SOURCE INFORMATION below:

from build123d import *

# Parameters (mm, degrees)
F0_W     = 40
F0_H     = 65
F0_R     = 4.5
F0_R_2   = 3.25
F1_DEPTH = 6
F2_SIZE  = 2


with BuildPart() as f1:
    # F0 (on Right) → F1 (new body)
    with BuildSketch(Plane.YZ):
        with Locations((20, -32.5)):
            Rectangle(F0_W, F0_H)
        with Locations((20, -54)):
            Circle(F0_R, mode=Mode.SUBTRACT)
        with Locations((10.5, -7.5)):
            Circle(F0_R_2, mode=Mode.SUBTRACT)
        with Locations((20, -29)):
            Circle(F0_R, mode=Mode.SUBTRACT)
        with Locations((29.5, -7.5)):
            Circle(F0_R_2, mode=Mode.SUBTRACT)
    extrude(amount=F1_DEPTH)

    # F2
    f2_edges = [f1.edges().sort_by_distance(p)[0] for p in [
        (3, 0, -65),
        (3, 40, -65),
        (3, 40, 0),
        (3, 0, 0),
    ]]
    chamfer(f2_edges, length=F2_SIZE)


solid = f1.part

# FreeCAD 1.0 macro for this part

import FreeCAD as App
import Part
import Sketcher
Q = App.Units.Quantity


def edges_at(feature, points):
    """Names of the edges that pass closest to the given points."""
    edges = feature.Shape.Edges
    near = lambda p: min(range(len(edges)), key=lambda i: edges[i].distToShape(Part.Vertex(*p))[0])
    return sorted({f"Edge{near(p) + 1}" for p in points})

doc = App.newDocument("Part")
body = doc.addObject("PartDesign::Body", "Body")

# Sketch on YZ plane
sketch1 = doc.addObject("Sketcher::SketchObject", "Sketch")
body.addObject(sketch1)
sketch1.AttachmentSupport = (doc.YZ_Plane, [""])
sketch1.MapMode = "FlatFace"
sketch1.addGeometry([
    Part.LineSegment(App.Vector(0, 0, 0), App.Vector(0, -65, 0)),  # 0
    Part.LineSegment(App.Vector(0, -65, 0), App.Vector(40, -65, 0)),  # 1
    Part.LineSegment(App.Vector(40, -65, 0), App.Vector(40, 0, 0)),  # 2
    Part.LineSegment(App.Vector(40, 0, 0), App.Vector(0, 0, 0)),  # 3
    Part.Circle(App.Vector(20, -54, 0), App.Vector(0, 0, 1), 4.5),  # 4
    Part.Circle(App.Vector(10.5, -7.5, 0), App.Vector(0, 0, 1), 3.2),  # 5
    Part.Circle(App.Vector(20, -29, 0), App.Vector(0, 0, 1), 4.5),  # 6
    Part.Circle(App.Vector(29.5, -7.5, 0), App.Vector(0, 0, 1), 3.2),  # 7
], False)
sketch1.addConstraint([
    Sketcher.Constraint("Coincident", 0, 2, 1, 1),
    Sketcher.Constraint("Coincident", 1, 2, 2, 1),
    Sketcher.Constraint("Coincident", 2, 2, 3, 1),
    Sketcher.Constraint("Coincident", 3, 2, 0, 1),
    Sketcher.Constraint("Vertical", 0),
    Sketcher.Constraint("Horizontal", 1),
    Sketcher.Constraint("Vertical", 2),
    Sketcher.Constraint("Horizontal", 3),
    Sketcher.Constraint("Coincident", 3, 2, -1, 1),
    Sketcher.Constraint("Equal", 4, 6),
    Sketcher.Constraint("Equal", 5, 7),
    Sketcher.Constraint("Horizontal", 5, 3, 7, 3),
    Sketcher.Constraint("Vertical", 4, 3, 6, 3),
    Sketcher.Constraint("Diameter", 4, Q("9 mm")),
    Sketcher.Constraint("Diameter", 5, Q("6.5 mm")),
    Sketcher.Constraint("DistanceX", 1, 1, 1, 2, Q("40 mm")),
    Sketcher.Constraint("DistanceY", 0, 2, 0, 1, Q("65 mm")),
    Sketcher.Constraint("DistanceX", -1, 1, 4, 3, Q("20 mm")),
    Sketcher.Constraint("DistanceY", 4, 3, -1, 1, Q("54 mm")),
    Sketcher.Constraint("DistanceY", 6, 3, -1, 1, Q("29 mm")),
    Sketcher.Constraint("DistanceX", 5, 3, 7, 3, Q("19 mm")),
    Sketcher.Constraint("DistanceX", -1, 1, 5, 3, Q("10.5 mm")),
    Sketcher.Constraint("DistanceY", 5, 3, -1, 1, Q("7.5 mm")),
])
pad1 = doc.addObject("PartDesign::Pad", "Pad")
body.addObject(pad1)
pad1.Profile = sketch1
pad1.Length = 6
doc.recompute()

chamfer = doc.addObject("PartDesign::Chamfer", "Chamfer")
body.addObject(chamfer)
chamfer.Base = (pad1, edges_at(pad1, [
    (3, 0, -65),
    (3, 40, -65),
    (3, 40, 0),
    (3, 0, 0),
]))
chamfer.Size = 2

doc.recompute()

End of SOURCE INFORMATION.
SOURCE INFORMATION below:

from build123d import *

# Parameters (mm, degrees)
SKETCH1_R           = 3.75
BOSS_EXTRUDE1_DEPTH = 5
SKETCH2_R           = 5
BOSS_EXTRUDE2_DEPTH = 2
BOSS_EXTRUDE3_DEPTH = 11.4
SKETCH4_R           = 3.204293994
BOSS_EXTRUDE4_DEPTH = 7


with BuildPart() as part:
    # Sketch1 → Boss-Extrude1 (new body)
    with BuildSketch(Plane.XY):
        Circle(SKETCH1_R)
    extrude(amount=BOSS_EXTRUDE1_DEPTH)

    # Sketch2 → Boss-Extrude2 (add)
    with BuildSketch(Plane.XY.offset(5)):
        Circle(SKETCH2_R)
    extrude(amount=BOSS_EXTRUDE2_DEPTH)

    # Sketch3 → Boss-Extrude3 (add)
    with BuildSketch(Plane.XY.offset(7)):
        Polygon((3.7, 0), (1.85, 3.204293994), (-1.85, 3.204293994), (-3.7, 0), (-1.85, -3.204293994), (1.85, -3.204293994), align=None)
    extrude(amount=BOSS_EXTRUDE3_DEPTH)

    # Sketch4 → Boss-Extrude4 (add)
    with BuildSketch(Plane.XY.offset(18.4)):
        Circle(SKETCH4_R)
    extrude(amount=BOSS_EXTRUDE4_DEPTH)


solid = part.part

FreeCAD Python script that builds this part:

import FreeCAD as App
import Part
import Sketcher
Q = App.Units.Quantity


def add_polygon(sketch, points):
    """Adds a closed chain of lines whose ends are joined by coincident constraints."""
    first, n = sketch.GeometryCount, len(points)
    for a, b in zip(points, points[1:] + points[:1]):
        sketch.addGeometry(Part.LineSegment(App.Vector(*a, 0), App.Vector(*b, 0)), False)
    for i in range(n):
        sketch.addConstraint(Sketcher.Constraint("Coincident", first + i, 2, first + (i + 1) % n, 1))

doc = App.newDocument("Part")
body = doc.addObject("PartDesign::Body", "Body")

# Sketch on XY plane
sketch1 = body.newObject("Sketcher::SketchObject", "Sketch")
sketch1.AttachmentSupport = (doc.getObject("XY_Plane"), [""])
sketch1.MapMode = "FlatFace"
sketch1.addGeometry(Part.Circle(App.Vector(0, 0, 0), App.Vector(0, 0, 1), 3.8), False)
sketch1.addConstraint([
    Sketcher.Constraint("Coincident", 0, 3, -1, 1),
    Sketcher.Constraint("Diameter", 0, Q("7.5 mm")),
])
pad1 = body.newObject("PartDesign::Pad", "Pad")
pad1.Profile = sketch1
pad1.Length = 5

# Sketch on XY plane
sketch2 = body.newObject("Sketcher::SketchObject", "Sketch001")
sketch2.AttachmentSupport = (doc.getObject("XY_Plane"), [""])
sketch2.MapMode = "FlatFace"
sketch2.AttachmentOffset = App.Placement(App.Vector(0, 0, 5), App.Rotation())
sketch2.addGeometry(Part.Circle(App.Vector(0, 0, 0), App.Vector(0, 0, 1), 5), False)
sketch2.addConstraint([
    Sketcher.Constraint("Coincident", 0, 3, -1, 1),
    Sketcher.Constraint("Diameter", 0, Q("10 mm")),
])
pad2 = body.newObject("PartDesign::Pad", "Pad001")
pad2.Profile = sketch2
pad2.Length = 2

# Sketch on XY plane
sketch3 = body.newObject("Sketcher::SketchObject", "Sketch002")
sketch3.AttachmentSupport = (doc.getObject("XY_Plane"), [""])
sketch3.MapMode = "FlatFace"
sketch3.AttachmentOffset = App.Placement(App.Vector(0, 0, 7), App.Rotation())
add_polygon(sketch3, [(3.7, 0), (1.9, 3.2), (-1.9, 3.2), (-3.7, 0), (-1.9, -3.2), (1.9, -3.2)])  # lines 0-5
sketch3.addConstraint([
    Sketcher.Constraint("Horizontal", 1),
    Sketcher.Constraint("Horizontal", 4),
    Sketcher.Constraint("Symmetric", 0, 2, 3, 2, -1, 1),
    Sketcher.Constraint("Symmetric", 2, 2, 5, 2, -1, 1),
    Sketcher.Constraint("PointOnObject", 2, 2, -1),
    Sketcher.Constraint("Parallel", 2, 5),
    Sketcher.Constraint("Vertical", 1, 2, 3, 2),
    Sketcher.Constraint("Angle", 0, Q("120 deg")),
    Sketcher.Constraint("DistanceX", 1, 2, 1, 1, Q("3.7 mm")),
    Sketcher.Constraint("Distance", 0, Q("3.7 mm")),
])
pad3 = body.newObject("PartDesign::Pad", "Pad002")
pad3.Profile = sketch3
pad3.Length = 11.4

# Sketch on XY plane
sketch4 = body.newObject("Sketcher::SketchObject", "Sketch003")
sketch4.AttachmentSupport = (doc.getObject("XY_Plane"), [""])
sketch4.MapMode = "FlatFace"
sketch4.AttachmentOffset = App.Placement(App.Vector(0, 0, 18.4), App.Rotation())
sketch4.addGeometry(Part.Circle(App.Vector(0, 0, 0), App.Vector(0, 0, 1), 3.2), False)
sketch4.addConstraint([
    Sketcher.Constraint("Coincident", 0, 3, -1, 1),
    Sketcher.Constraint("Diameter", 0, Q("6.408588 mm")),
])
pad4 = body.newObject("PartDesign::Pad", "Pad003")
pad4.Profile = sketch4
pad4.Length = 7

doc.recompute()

End of SOURCE INFORMATION.
SOURCE INFORMATION below:

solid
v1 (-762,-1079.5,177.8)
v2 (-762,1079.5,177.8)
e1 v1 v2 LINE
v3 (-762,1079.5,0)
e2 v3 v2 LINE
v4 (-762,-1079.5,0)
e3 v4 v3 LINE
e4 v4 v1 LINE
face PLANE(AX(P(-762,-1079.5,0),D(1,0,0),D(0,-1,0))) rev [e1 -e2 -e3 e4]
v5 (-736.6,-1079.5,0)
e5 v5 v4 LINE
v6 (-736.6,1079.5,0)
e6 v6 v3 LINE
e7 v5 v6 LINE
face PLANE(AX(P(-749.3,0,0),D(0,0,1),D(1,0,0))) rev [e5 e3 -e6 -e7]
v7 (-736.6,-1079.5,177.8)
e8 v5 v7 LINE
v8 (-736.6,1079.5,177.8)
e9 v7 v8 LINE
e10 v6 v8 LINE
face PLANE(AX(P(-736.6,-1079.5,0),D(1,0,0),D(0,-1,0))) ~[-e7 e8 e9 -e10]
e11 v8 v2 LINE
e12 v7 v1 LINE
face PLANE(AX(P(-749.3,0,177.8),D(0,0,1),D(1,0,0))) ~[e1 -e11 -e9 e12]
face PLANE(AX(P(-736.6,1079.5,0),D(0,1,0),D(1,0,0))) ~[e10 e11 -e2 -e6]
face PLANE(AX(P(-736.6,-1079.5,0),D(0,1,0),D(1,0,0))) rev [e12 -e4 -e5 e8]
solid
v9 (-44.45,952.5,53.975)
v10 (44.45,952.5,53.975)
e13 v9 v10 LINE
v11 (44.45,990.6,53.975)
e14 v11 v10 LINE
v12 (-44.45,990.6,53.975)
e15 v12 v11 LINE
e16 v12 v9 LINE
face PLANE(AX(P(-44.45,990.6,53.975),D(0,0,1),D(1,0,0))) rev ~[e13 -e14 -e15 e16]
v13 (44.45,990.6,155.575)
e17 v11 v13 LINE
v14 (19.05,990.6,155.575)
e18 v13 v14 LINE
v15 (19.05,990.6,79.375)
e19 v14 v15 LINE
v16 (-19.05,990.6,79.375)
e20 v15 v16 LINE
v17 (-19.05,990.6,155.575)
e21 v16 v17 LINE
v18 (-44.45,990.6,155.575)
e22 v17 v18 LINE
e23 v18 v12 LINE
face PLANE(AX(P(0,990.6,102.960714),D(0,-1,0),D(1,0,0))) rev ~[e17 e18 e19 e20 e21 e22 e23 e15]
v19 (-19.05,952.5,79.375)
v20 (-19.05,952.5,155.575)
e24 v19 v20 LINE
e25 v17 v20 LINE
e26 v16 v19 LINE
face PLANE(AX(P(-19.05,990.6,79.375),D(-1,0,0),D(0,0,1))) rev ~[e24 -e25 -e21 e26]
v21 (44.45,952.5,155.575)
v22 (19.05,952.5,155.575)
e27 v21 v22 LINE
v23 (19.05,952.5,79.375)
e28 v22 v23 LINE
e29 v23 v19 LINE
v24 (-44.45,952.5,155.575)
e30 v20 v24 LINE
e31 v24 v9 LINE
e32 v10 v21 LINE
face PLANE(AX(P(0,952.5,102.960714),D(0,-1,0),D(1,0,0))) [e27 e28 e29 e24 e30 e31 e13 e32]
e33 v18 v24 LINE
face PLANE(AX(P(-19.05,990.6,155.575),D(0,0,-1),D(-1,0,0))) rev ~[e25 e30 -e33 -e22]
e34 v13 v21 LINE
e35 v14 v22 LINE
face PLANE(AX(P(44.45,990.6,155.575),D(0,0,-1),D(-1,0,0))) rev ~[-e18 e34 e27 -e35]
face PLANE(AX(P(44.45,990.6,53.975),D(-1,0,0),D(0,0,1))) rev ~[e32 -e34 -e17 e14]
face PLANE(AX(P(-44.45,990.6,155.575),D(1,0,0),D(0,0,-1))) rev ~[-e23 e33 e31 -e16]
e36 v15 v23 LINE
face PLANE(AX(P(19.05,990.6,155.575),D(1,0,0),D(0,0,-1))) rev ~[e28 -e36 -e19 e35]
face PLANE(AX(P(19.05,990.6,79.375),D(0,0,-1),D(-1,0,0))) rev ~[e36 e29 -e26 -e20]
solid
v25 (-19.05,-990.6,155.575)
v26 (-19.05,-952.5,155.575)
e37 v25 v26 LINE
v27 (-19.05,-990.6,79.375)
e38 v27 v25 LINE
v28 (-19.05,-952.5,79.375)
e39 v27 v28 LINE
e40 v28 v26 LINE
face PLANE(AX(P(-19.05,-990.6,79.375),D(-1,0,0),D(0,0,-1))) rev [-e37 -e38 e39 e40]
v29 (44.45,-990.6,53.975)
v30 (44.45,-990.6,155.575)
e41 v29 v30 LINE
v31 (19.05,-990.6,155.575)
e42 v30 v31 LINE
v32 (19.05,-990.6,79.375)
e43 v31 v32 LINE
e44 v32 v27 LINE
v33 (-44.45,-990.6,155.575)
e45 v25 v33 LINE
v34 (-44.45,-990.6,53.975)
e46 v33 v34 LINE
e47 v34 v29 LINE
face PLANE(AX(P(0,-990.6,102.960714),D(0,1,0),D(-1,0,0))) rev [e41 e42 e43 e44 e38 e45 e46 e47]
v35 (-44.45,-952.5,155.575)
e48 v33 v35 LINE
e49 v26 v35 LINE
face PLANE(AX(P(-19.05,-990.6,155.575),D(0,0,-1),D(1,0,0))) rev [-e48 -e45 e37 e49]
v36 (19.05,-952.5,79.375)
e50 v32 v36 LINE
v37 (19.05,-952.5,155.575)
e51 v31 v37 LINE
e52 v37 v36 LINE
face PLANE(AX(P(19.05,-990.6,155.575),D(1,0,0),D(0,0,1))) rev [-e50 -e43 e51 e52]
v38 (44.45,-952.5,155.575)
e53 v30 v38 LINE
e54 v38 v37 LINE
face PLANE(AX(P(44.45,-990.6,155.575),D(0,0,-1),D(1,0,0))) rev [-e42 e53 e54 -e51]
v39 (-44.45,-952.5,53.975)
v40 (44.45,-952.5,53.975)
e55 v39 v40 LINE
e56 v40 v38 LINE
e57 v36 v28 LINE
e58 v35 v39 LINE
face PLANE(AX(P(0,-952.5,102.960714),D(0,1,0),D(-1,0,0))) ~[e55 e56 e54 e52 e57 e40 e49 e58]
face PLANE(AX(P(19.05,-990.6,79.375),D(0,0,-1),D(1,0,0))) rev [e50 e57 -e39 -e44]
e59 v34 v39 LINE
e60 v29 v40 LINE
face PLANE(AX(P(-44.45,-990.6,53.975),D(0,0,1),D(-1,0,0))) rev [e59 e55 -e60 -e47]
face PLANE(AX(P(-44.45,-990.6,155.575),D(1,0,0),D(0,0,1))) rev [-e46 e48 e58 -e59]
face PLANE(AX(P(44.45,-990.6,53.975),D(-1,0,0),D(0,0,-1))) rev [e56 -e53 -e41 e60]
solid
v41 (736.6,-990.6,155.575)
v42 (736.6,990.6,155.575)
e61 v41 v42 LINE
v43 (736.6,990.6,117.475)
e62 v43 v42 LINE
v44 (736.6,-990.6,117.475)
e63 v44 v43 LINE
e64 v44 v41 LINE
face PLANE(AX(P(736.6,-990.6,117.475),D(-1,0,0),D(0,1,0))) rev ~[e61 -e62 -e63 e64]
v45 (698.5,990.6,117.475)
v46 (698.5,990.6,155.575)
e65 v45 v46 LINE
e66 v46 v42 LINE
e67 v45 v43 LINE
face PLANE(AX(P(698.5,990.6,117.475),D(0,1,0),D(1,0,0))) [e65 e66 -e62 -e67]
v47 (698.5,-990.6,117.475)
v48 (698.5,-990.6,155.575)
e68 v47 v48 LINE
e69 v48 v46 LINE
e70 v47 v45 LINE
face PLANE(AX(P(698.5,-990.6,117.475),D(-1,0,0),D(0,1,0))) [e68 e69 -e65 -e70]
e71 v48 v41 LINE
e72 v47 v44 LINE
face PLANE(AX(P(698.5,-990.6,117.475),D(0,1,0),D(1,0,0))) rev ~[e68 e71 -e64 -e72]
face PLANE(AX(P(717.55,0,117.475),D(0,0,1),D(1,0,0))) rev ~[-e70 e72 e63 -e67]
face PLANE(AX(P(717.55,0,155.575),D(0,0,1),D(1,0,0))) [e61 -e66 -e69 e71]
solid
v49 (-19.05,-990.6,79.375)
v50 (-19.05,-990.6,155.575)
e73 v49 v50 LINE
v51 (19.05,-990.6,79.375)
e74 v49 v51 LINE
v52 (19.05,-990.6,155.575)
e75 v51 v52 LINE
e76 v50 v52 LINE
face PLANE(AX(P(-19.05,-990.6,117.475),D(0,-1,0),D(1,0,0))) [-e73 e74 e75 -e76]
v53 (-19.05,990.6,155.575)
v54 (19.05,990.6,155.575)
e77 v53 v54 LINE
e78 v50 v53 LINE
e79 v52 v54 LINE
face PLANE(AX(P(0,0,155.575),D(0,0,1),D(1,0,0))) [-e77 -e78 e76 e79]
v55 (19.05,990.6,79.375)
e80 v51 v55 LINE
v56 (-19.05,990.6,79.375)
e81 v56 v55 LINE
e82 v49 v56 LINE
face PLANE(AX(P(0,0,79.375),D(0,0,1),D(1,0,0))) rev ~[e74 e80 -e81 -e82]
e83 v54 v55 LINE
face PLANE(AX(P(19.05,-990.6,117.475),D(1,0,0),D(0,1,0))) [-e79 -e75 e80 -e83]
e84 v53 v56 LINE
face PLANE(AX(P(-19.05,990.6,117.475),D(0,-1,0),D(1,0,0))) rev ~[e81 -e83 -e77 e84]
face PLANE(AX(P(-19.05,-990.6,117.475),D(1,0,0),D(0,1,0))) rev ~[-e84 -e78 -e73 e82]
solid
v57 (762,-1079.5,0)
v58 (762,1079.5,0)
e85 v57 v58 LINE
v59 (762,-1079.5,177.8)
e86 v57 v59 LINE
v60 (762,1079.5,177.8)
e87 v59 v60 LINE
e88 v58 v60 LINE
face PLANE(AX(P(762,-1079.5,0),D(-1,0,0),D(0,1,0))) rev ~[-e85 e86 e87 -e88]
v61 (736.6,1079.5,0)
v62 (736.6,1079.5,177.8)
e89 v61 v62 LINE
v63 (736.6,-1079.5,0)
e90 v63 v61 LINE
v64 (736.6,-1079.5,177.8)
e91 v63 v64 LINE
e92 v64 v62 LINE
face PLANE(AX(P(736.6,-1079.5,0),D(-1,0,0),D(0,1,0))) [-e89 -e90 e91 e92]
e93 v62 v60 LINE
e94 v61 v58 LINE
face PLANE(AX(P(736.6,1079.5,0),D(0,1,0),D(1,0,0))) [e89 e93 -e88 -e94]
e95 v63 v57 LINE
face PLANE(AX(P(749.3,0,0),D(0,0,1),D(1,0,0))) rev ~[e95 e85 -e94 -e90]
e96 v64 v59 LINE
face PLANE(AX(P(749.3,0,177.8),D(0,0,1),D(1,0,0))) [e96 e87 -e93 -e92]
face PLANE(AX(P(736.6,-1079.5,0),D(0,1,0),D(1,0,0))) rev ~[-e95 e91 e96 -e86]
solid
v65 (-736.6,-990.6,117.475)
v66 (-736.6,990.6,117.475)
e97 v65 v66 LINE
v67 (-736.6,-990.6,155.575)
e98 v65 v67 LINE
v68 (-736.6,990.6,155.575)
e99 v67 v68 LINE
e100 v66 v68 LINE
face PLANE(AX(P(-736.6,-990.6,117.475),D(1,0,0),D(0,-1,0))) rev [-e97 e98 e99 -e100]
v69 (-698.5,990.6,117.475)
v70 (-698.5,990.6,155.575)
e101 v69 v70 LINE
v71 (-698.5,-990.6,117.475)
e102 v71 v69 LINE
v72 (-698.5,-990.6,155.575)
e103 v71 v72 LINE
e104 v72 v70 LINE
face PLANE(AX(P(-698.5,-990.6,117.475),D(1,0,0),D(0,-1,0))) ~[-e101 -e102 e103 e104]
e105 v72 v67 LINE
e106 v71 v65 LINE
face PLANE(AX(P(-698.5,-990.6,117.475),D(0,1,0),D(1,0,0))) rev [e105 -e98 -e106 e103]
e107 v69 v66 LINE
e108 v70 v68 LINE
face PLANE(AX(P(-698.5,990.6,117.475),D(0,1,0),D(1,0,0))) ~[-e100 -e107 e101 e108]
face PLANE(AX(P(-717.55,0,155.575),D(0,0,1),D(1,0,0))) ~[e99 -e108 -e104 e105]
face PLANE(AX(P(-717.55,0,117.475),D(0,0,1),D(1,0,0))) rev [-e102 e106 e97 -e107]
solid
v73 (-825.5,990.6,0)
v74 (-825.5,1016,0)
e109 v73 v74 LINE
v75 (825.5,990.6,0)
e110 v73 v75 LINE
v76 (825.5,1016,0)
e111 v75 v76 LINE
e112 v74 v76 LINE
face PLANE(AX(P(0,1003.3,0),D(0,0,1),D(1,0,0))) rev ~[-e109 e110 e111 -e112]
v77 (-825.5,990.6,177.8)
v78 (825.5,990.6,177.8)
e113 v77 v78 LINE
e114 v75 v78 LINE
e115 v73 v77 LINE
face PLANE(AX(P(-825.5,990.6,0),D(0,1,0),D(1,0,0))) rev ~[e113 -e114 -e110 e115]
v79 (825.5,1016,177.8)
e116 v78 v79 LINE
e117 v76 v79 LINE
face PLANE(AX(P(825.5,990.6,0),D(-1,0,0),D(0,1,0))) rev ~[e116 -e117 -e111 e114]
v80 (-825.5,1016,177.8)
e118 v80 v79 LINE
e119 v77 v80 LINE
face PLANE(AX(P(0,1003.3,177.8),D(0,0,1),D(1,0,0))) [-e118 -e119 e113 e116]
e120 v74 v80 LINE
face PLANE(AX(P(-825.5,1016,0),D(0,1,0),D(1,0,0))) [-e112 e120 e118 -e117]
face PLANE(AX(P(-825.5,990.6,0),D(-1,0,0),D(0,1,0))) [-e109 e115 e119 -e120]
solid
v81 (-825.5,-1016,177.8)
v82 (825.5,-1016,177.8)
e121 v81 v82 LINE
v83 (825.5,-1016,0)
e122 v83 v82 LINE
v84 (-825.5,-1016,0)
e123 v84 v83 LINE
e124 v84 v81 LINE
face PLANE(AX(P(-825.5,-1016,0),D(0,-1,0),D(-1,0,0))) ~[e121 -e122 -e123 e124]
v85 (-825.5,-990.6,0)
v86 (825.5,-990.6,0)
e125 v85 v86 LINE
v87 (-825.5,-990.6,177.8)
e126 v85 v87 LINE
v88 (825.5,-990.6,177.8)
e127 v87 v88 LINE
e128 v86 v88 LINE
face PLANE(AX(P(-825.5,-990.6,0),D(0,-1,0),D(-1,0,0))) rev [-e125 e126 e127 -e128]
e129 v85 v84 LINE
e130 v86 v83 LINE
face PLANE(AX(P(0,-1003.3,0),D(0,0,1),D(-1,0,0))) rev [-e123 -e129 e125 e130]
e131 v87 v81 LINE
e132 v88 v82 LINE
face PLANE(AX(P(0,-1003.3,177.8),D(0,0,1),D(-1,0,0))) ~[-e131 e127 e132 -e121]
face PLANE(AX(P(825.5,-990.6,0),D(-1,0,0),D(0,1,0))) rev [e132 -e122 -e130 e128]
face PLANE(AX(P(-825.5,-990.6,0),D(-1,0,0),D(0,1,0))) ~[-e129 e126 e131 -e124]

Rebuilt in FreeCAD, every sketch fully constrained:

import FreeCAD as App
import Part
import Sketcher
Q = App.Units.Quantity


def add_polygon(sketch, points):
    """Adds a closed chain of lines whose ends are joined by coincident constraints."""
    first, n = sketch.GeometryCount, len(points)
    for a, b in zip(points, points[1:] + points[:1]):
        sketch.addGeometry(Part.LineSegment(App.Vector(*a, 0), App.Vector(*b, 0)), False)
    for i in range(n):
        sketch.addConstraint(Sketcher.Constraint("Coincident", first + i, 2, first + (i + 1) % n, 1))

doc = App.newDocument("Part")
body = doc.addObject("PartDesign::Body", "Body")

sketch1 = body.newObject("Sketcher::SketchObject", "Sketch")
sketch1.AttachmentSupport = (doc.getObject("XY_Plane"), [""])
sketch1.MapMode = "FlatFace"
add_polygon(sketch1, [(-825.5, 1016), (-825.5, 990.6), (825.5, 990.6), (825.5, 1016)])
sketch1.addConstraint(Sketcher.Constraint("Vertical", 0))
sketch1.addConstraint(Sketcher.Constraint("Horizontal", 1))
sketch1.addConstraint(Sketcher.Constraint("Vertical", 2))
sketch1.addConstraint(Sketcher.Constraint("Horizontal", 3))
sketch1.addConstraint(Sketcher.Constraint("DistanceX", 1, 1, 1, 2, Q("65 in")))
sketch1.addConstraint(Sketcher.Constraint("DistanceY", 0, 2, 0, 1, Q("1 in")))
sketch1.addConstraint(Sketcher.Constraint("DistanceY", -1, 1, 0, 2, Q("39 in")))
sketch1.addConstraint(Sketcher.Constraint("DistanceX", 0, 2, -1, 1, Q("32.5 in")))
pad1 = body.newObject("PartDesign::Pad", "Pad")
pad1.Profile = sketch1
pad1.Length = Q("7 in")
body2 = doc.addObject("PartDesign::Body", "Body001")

End of SOURCE INFORMATION.

INSTRUCTIONS TO FOLLOW: Your answer should be the lines above, from the line containing "v72 (-698.5,-990.6,155.575)" up to and including the line containing "e125 v85 v86 LINE", reproduced exactly and with nothing else.

EXERCISE SOLUTION:
v72 (-698.5,-990.6,155.575)
e103 v71 v72 LINE
e104 v72 v70 LINE
face PLANE(AX(P(-698.5,-990.6,117.475),D(1,0,0),D(0,-1,0))) ~[-e101 -e102 e103 e104]
e105 v72 v67 LINE
e106 v71 v65 LINE
face PLANE(AX(P(-698.5,-990.6,117.475),D(0,1,0),D(1,0,0))) rev [e105 -e98 -e106 e103]
e107 v69 v66 LINE
e108 v70 v68 LINE
face PLANE(AX(P(-698.5,990.6,117.475),D(0,1,0),D(1,0,0))) ~[-e100 -e107 e101 e108]
face PLANE(AX(P(-717.55,0,155.575),D(0,0,1),D(1,0,0))) ~[e99 -e108 -e104 e105]
face PLANE(AX(P(-717.55,0,117.475),D(0,0,1),D(1,0,0))) rev [-e102 e106 e97 -e107]
solid
v73 (-825.5,990.6,0)
v74 (-825.5,1016,0)
e109 v73 v74 LINE
v75 (825.5,990.6,0)
e110 v73 v75 LINE
v76 (825.5,1016,0)
e111 v75 v76 LINE
e112 v74 v76 LINE
face PLANE(AX(P(0,1003.3,0),D(0,0,1),D(1,0,0))) rev ~[-e109 e110 e111 -e112]
v77 (-825.5,990.6,177.8)
v78 (825.5,990.6,177.8)
e113 v77 v78 LINE
e114 v75 v78 LINE
e115 v73 v77 LINE
face PLANE(AX(P(-825.5,990.6,0),D(0,1,0),D(1,0,0))) rev ~[e113 -e114 -e110 e115]
v79 (825.5,1016,177.8)
e116 v78 v79 LINE
e117 v76 v79 LINE
face PLANE(AX(P(825.5,990.6,0),D(-1,0,0),D(0,1,0))) rev ~[e116 -e117 -e111 e114]
v80 (-825.5,1016,177.8)
e118 v80 v79 LINE
e119 v77 v80 LINE
face PLANE(AX(P(0,1003.3,177.8),D(0,0,1),D(1,0,0))) [-e118 -e119 e113 e116]
e120 v74 v80 LINE
face PLANE(AX(P(-825.5,1016,0),D(0,1,0),D(1,0,0))) [-e112 e120 e118 -e117]
face PLANE(AX(P(-825.5,990.6,0),D(-1,0,0),D(0,1,0))) [-e109 e115 e119 -e120]
solid
v81 (-825.5,-1016,177.8)
v82 (825.5,-1016,177.8)
e121 v81 v82 LINE
v83 (825.5,-1016,0)
e122 v83 v82 LINE
v84 (-825.5,-1016,0)
e123 v84 v83 LINE
e124 v84 v81 LINE
face PLANE(AX(P(-825.5,-1016,0),D(0,-1,0),D(-1,0,0))) ~[e121 -e122 -e123 e124]
v85 (-825.5,-990.6,0)
v86 (825.5,-990.6,0)
e125 v85 v86 LINE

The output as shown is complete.